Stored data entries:
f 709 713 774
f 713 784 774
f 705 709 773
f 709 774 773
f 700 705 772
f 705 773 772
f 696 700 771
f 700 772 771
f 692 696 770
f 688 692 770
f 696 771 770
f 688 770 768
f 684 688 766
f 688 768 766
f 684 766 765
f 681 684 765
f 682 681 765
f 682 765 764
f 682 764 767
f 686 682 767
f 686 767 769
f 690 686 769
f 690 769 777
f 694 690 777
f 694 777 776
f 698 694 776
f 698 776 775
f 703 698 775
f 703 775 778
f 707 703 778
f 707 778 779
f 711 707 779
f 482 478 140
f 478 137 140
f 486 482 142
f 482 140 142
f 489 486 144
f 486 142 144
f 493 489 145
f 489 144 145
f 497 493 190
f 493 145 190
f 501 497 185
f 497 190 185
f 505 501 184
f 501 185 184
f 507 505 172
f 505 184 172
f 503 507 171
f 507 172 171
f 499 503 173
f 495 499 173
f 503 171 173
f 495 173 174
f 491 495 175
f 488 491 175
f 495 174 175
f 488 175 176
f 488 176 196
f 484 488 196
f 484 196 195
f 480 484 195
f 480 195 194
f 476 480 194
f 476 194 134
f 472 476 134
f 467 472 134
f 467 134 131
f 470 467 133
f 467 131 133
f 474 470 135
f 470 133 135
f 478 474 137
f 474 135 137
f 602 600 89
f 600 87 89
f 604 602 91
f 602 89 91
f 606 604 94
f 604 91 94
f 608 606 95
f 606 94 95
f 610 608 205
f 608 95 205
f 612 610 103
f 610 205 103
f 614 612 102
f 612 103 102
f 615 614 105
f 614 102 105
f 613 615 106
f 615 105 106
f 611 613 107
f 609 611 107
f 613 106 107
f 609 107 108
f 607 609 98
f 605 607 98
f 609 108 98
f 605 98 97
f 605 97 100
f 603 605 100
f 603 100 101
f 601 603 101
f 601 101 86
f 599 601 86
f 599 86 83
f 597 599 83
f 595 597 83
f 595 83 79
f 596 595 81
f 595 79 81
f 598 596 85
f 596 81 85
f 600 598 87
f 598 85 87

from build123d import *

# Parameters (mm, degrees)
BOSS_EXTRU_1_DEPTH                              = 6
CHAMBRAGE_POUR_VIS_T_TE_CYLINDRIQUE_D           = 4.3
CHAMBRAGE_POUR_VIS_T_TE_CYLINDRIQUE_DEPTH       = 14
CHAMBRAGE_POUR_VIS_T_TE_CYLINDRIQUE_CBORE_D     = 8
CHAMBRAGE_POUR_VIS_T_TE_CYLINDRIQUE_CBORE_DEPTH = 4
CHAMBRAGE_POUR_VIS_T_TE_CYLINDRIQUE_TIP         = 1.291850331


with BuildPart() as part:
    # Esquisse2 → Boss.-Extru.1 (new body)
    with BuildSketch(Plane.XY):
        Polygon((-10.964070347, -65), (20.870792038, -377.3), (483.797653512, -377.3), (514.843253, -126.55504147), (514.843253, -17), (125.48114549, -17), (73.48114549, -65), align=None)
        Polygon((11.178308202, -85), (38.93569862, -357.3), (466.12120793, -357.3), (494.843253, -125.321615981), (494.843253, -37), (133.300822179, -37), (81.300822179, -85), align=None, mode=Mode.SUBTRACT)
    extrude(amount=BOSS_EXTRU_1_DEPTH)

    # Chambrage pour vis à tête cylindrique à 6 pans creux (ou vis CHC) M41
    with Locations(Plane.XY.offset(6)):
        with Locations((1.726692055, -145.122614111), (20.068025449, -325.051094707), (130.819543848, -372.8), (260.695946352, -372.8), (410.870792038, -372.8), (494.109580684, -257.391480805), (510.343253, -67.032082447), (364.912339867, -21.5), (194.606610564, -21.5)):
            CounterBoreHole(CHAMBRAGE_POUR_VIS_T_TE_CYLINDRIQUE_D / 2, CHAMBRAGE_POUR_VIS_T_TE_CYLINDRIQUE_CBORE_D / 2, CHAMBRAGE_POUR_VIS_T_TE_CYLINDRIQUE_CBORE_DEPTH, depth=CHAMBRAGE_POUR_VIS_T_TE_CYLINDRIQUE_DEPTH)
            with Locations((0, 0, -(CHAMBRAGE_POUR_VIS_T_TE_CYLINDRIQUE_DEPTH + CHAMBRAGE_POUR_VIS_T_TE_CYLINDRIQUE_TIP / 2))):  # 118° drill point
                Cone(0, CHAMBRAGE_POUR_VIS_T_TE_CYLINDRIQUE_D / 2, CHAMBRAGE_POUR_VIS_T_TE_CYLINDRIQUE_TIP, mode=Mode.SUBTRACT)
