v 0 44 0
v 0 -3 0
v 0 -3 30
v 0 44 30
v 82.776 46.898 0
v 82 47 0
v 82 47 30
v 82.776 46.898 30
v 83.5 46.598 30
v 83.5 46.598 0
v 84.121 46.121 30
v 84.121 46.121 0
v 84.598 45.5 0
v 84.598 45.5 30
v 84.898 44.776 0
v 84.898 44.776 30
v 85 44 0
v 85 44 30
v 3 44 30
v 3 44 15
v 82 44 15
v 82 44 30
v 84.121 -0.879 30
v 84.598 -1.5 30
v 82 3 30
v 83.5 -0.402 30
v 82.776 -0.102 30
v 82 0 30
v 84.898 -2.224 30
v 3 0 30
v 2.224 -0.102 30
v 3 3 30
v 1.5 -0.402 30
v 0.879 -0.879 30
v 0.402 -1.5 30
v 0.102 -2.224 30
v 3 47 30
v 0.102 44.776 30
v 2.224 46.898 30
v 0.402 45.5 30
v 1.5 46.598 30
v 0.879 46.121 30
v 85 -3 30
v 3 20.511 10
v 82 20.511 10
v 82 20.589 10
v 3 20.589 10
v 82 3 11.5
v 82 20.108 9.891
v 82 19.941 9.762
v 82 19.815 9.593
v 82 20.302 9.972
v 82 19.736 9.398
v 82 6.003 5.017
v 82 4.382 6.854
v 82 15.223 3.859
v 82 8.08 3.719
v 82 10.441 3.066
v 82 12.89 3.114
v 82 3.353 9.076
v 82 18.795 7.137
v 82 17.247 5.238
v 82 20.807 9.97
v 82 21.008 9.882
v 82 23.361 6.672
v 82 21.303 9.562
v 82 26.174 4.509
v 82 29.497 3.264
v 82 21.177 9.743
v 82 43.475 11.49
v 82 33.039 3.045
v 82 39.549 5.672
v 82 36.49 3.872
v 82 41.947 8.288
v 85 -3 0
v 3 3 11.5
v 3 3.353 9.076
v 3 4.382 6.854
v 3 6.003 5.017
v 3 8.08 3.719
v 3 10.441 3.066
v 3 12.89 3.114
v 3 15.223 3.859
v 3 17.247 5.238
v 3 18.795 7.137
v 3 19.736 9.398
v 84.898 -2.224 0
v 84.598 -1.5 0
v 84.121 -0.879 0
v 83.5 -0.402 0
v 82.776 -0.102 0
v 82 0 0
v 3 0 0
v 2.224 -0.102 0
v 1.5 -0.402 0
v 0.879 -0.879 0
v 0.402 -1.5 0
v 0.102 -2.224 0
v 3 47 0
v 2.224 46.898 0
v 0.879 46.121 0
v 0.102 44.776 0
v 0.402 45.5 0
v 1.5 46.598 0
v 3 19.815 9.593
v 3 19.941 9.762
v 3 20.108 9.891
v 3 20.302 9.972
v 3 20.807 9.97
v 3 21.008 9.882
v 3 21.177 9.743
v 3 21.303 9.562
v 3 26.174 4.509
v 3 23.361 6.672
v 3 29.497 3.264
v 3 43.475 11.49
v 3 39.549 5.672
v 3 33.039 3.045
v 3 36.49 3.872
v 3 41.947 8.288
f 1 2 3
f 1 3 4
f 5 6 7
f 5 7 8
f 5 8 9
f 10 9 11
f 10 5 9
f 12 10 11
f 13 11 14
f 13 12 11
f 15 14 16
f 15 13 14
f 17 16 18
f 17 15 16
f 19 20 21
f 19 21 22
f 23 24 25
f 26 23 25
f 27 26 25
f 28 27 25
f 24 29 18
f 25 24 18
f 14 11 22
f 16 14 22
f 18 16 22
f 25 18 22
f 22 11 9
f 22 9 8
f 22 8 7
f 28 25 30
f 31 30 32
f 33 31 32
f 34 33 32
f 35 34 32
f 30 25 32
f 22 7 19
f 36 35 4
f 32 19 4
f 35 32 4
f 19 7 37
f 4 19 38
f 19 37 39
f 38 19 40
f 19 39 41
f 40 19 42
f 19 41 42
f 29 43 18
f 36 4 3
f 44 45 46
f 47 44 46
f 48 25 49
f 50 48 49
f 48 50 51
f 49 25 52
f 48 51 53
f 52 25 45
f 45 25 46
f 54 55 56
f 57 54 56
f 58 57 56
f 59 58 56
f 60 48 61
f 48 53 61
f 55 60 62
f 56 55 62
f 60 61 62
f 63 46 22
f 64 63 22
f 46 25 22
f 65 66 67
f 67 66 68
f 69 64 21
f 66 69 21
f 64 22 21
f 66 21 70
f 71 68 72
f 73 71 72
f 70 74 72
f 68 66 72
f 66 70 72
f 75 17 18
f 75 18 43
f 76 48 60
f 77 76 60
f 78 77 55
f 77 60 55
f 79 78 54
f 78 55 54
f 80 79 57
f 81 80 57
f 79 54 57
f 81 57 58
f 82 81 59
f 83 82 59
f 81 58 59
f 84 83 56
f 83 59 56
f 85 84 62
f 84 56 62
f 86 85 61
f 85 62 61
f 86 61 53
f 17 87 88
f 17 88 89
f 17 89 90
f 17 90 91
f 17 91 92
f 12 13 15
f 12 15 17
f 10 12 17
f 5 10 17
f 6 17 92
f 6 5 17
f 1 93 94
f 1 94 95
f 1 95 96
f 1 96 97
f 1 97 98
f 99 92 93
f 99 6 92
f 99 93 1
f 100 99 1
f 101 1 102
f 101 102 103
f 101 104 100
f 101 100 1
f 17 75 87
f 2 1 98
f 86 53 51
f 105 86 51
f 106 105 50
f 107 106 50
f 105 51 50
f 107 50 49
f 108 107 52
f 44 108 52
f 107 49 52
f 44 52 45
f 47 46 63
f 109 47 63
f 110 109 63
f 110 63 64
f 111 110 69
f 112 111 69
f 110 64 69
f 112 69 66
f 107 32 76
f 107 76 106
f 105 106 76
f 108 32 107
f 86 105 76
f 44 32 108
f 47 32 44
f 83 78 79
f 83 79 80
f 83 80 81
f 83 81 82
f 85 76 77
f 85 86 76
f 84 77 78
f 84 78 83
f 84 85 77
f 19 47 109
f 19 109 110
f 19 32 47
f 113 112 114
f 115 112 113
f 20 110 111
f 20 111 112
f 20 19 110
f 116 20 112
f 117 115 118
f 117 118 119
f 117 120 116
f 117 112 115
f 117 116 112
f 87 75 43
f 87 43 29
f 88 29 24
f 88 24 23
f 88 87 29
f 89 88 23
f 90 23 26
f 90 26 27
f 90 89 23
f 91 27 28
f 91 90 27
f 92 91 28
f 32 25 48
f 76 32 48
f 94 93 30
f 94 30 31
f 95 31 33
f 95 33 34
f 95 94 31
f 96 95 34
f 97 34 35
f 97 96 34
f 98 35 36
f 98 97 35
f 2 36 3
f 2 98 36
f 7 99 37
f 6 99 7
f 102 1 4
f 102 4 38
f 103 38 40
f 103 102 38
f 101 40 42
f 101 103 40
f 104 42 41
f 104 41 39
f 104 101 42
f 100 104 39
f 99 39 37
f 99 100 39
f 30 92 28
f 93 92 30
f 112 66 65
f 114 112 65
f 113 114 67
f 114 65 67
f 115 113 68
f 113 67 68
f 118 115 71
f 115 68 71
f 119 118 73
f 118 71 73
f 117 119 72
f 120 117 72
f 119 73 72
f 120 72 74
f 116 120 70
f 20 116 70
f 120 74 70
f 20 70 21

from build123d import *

# Parameters (mm, degrees)
BOSS_EXTRUDE1_DEPTH = 30
CUT_EXTRUDE1_START  = -3
CUT_EXTRUDE1_DEPTH  = 79


with BuildPart() as part:
    # Sketch1 → Boss-Extrude1 (new body)
    with BuildSketch(Plane.XY):
        with BuildLine():
            Line((3, 47), (82, 47))
            ThreePointArc((82, 47), (84.121320344, 46.121320344), (85, 44))
            Line((85, 44), (85, -3))
            ThreePointArc((85, -3), (84.121320344, -0.878679656), (82, 0))
            Line((82, 0), (3, 0))
            ThreePointArc((3, 0), (0.878679656, -0.878679656), (0, -3))
            Line((0, -3), (0, 44))
            ThreePointArc((0, 44), (0.878679656, 46.121320344), (3, 47))
        make_face()
    extrude(amount=BOSS_EXTRUDE1_DEPTH)

    # Sketch2 → Cut-Extrude1 (cut)
    with BuildSketch(Plane(origin=(85, 0, 0), x_dir=(0, 0, -1), z_dir=(1, 0, 0)).offset(CUT_EXTRUDE1_START)):
        with BuildLine():
            Line((-30, 3), (-11.5, 3))
            ThreePointArc((-11.5, 3), (-3.066269455, 10.440665731), (-9.397849462, 19.735955507))
            ThreePointArc((-9.397849462, 19.735955507), (-9.831775106, 20.020329144), (-10, 20.511104261))
            Line((-10, 20.511104261), (-10, 20.58947854))
            ThreePointArc((-10, 20.58947854), (-9.881909085, 21.007808553), (-9.5625, 21.302636131))
            ThreePointArc((-9.5625, 21.302636131), (-3.330202092, 34.795678233), (-15, 44))
            Line((-15, 44), (-30, 44))
            Line((-30, 44), (-30, 3))
        make_face()
    extrude(amount=-CUT_EXTRUDE1_DEPTH, mode=Mode.SUBTRACT)


solid = part.part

_How to complete this task:_ Return word for word the lines above from the line with "f 705 773 772" to the line with "f 507 505 172", including both and leaving out all others.

_Answer for this exercise:_
f 705 773 772
f 696 700 771
f 700 772 771
f 692 696 770
f 688 692 770
f 696 771 770
f 688 770 768
f 684 688 766
f 688 768 766
f 684 766 765
f 681 684 765
f 682 681 765
f 682 765 764
f 682 764 767
f 686 682 767
f 686 767 769
f 690 686 769
f 690 769 777
f 694 690 777
f 694 777 776
f 698 694 776
f 698 776 775
f 703 698 775
f 703 775 778
f 707 703 778
f 707 778 779
f 711 707 779
f 482 478 140
f 478 137 140
f 486 482 142
f 482 140 142
f 489 486 144
f 486 142 144
f 493 489 145
f 489 144 145
f 497 493 190
f 493 145 190
f 501 497 185
f 497 190 185
f 505 501 184
f 501 185 184
f 507 505 172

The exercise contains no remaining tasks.